Memorymoog. Still the best sounding synth I ever heard.


----------



## wst3 (Dec 11, 2016)

MemoryMoog would be good (there are some seriously good MiniMoog emulations already).

Rhodes Chroma would be awesome!

I'm sorely tempted by the Synclavier from Arturia, I've played with the demo, but it seems somehow incomplete - or maybe I didn't read the manual thoroughly enough?

And top on my list, in spite of the hardware sitting in my studio, would be the Korg MS-20. The Korg version is fun, and it gets pretty close, but there is something still missing, can't put words to it, and maybe my hardware is the wonky one? (in comparison, I think the Wayoutware timewARP2600 captures the original beautifully.) I'd be even more thrilled if Korg would add some of the modifications that were popular way back when too - especially independent outputs from the oscillators and hard/soft sync!


----------



## kavinsky (Dec 11, 2016)

wst3 said:


> And top on my list, in spite of the hardware sitting in my studio, would be the Korg MS-20


there are ms-20 modules in diva since its release in 2011

Personally, I'd love to see a modern take on Prophet 5 (Urs, I hope you're reading this).
I'm surprised such an amazing classic piece of gear is just represented in Arturia collection
hopefully RePro is not the only sequential cirquits synth u-he are modelling.


----------



## wst3 (Dec 11, 2016)

are you suggesting it is time to let the moths out of my wallet?
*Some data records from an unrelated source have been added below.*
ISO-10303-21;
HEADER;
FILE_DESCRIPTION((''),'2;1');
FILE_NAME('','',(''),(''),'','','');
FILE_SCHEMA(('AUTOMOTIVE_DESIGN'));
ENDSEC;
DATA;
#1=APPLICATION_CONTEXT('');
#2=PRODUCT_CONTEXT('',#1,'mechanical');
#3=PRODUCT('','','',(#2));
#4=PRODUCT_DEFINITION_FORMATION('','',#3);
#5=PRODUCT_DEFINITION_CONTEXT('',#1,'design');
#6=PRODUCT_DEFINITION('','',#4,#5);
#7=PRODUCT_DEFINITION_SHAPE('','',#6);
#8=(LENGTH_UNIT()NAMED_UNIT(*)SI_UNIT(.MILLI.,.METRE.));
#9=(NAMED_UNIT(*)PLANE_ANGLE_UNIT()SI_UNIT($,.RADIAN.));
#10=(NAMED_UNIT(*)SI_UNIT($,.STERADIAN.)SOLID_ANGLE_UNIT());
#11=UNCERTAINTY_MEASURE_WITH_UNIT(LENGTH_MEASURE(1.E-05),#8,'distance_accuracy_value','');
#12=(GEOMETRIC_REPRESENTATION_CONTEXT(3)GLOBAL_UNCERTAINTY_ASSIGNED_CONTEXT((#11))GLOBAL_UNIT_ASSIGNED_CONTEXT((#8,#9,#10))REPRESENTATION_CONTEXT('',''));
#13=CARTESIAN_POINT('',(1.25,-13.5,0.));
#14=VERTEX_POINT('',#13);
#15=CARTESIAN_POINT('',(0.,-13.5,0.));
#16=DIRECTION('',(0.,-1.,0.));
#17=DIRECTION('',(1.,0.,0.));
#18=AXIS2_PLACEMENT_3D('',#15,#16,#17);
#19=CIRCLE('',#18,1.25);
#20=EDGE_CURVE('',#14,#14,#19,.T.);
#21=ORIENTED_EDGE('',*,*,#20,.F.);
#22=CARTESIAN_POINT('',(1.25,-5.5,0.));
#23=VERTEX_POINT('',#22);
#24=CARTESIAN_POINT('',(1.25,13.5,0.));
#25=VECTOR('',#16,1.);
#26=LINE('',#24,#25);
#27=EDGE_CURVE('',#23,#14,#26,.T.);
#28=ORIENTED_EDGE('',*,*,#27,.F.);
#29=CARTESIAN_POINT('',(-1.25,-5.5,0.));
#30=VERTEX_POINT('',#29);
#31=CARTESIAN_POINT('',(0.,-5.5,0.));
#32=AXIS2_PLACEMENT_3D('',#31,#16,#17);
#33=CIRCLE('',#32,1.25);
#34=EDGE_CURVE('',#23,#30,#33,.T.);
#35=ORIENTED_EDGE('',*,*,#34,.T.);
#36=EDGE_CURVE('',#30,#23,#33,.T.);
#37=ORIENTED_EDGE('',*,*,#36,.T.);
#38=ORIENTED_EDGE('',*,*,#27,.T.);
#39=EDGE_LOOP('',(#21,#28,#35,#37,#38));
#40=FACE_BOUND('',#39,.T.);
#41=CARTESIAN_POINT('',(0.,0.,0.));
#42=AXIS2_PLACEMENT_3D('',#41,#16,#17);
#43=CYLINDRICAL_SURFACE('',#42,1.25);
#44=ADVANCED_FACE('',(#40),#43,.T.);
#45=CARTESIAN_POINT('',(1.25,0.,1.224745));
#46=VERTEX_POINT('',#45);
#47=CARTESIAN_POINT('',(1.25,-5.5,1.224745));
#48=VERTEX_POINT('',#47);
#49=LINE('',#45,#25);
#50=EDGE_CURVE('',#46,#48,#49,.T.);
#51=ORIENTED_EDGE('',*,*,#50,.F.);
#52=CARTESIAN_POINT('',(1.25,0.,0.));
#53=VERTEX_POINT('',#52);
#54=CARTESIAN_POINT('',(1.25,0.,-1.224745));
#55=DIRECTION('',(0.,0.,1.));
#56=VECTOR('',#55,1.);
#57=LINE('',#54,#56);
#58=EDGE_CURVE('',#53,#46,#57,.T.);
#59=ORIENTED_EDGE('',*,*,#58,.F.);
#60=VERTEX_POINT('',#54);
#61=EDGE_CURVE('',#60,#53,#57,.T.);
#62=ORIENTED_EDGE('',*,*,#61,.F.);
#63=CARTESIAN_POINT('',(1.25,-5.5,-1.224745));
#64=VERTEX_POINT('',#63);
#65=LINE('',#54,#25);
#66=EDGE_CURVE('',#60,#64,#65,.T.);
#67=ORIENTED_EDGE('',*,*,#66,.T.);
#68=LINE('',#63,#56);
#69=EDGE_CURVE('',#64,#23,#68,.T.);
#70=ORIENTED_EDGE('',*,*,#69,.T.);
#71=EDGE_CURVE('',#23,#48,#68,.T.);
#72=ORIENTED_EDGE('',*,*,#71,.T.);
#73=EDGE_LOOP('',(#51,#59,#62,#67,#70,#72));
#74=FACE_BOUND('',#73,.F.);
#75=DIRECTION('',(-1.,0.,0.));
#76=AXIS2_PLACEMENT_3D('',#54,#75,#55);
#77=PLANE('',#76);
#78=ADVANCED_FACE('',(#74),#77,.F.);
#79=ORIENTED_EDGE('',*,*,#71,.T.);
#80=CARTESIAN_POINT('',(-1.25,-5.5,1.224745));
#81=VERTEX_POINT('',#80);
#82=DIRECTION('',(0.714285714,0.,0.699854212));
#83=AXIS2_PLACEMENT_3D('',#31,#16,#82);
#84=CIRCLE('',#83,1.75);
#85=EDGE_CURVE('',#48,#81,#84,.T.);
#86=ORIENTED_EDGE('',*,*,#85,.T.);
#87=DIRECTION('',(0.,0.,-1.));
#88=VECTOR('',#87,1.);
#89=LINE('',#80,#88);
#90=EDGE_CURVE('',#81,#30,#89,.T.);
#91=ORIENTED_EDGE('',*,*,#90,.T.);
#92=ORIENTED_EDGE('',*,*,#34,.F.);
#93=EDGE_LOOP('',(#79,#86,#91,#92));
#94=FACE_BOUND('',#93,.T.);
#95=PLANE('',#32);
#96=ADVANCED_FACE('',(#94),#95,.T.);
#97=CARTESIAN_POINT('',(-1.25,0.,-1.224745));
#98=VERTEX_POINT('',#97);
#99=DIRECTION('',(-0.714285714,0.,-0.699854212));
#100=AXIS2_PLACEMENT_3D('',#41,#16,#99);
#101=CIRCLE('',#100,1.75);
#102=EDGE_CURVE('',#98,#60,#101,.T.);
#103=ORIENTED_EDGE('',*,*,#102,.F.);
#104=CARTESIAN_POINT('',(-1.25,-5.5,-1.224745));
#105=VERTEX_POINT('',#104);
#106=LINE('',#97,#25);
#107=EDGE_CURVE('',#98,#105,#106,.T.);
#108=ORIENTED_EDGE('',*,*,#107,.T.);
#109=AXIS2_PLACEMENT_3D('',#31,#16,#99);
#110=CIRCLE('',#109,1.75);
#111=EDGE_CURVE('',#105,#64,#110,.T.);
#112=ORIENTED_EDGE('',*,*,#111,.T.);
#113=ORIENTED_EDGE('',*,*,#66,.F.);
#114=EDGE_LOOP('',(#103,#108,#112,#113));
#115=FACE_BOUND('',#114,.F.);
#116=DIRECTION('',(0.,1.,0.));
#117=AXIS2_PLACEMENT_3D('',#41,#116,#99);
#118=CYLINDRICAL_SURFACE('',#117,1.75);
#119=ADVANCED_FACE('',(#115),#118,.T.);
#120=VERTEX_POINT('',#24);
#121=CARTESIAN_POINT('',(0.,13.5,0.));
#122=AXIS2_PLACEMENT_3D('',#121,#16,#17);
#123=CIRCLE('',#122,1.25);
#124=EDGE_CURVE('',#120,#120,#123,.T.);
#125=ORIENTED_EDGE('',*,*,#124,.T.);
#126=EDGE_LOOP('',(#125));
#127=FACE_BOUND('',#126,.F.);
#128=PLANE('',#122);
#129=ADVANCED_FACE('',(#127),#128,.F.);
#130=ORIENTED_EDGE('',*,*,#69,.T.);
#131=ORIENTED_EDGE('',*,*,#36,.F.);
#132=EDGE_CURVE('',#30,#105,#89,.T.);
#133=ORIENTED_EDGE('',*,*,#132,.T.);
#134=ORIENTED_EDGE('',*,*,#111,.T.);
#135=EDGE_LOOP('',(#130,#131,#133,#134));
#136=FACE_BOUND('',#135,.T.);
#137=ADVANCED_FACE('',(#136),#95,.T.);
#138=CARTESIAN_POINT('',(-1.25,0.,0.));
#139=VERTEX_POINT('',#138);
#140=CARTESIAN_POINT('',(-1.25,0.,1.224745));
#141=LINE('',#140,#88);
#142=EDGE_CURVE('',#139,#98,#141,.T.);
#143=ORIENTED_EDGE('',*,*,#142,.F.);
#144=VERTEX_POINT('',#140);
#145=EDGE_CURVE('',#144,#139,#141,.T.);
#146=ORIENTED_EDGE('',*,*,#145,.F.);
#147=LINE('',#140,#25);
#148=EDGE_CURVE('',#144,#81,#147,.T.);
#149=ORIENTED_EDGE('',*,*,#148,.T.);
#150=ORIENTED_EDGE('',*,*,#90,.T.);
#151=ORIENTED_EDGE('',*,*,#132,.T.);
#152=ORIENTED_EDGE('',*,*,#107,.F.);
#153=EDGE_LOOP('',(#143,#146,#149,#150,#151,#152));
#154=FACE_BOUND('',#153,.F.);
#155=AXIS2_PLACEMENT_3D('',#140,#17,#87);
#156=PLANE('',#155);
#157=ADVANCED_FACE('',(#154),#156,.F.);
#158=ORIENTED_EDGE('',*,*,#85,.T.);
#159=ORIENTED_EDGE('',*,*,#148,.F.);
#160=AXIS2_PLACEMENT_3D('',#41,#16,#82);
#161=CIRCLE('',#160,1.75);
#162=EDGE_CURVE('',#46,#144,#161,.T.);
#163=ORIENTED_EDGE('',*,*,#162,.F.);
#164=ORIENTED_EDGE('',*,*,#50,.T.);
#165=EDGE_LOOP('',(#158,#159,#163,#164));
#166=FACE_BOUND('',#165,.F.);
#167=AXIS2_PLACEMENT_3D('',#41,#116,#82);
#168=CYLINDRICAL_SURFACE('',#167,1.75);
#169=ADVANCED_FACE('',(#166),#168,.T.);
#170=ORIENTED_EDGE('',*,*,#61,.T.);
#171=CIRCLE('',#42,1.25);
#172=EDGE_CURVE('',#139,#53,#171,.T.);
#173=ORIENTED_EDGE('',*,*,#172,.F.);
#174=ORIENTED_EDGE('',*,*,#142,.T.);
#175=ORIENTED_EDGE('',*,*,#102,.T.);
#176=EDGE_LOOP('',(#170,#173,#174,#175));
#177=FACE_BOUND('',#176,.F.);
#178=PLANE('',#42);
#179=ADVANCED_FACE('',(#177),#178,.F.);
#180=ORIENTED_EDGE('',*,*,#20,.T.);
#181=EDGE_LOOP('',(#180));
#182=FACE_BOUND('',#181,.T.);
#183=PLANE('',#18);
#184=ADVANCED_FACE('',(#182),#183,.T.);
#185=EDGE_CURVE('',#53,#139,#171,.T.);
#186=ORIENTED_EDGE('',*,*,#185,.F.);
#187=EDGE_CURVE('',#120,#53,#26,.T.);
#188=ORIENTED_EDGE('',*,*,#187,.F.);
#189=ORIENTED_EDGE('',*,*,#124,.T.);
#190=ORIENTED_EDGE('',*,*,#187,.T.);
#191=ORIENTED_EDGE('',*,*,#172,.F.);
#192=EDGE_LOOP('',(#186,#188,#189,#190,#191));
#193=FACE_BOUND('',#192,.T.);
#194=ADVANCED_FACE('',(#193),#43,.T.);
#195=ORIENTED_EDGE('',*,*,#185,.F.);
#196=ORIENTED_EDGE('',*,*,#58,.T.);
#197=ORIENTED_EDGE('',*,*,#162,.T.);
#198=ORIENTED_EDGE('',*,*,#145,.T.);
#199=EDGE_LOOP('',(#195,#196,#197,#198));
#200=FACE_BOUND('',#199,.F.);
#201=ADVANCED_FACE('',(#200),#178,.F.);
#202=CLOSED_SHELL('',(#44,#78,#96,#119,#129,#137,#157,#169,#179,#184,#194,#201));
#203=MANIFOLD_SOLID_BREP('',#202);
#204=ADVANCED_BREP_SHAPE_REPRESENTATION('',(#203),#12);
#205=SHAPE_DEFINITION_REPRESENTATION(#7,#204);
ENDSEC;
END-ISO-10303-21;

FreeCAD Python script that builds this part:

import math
import FreeCAD as App
import Part
import Sketcher

V = App.Vector

doc = App.newDocument("Part")
params = doc.addObject("Spreadsheet::Sheet", "Params")
for row, (alias, value) in enumerate([
    ("sketch1_radius", "1.75 mm"),
    ("pad1_length", "5.5 mm"),
    ("sketch2_diameter", "2.5 mm"),
    ("pad2_length", "27 mm"),
], start=1):
    params.set(f"A{row}", alias)
    params.set(f"B{row}", "=" + value)
    params.setAlias(f"B{row}", alias)

body = doc.addObject("PartDesign::Body", "Body")

sketch1 = doc.addObject("Sketcher::SketchObject", "Sketch")
body.addObject(sketch1)
sketch1.AttachmentSupport = (doc.XZ_Plane, [""])
sketch1.MapMode = "FlatFace"
sketch1.addGeometry([
    Part.LineSegment(V(-1.25, 1.224745, 0), V(-1.25, -1.224745, 0)),
    Part.ArcOfCircle(Part.Circle(V(0, 0, 0), V(0, 0, 1), 1.75), math.radians(-135.584691), math.radians(-44.415309)),
    Part.LineSegment(V(1.25, -1.224745, 0), V(1.25, 1.224745, 0)),
    Part.ArcOfCircle(Part.Circle(V(0, 0, 0), V(0, 0, 1), 1.75), math.radians(44.415309), math.radians(135.584691)),
], False)
sketch1.addConstraint([
    Sketcher.Constraint("Coincident", 0, 2, 1, 1),
    Sketcher.Constraint("Coincident", 1, 2, 2, 1),
    Sketcher.Constraint("Coincident", 2, 2, 3, 1),
    Sketcher.Constraint("Coincident", 3, 2, 0, 1),
    Sketcher.Constraint("Vertical", 0),
    Sketcher.Constraint("Vertical", 2),
    Sketcher.Constraint("Coincident", 1, 3, -1, 1),
    Sketcher.Constraint("Coincident", 3, 3, -1, 1),
    Sketcher.Constraint("Equal", 1, 3),
    Sketcher.Constraint("Horizontal", 0, 2, 1, 2),
    Sketcher.Constraint("Radius", 1, 1.75),
    Sketcher.Constraint("DistanceX", 0, 2, 1, 2, 2.5),
])
sketch1.setExpression("Constraints[10]", "Params.sketch1_radius")
pad1 = doc.addObject("PartDesign::Pad", "Pad")
body.addObject(pad1)
pad1.Profile = sketch1
pad1.setExpression("Length", "Params.pad1_length")

sketch2 = doc.addObject("Sketcher::SketchObject", "Sketch001")
body.addObject(sketch2)
sketch2.AttachmentSupport = (doc.XZ_Plane, [""])
sketch2.MapMode = "FlatFace"
sketch2.addGeometry(Part.Circle(V(0, 0, 0), V(0, 0, 1), 1.25), False)
sketch2.addConstraint([
    Sketcher.Constraint("Coincident", 0, 3, -1, 1),
    Sketcher.Constraint("Diameter", 0, 2.5),
])
sketch2.setExpression("Constraints[1]", "Params.sketch2_diameter")
pad2 = doc.addObject("PartDesign::Pad", "Pad001")
body.addObject(pad2)
pad2.Profile = sketch2
pad2.setExpression("Length", "Params.pad2_length")
pad2.Midplane = True

doc.recompute()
I don't know why I've never purchased any of u-He's synths, but maybe it is time to download a trial or two?

And while it is not spot-on, I still use Pro-53 a lot for those P5-ish sounds. But you are right, an updated P5 would be a terrific addition.


----------



## kavinsky (Dec 11, 2016)

wst3 said:


> are you suggesting it is time to let the moths out of my wallet? I don't know why I've never purchased any of u-He's synths, but maybe it is time to download a trial or two?


you're on the verge of a great discovery, haha


----------



## synthpunk (Dec 11, 2016)

Pro 53 was abandoned by the time I got to Komplete but I've always heard pretty good things about it I would encourage any developers doing a prophet 5 in software to model a rev 1/2, the Rev 3 Prophet 5 is pretty average in my opinion

MemoryMoon does a memorymoog in software but after demoing it I wasn't that impressed

The Sounds Devine mm+ kontakt instrument based on the memory moog is quite good in places almost obesely fat even though I'm not a big fan of synthesis in kontakt http://soundsdivine.com/product/mm/


----------



## synthpunk (Dec 11, 2016)

5) Octave Plateau Voyetra Eight


----------



## Kent (Dec 11, 2016)

ARP 2500! With an option for a "Classic UI"!


----------



## Kent (Dec 11, 2016)

And a D-50 with the correct sounds.


----------



## synthpunk (Dec 11, 2016)

Minimum 70 inch screen required! 



kmaster said:


> ARP 2500! With an option for a "Classic UI"!


----------



## Kent (Dec 11, 2016)

synthpunk said:


> Minimum 70 inch screen required!


That's a given


----------



## chimuelo (Dec 11, 2016)

I made my 3 favorite presets from the D50 in Zebra2 HZ.
Fantasia
Soundtrax
Heaven
Even get that 8bit bite from Shaper/Wedge.

I can actually get MemoryMoog sounds using 6 x Oscillators, the Resonator and Dual Diva Filters.

I would love the original Waldorf Wave done correctly.
The sampled waveforms in a few VIs can resemble the real Wave but there's some interpolation missing and somebody should do a detailed software version.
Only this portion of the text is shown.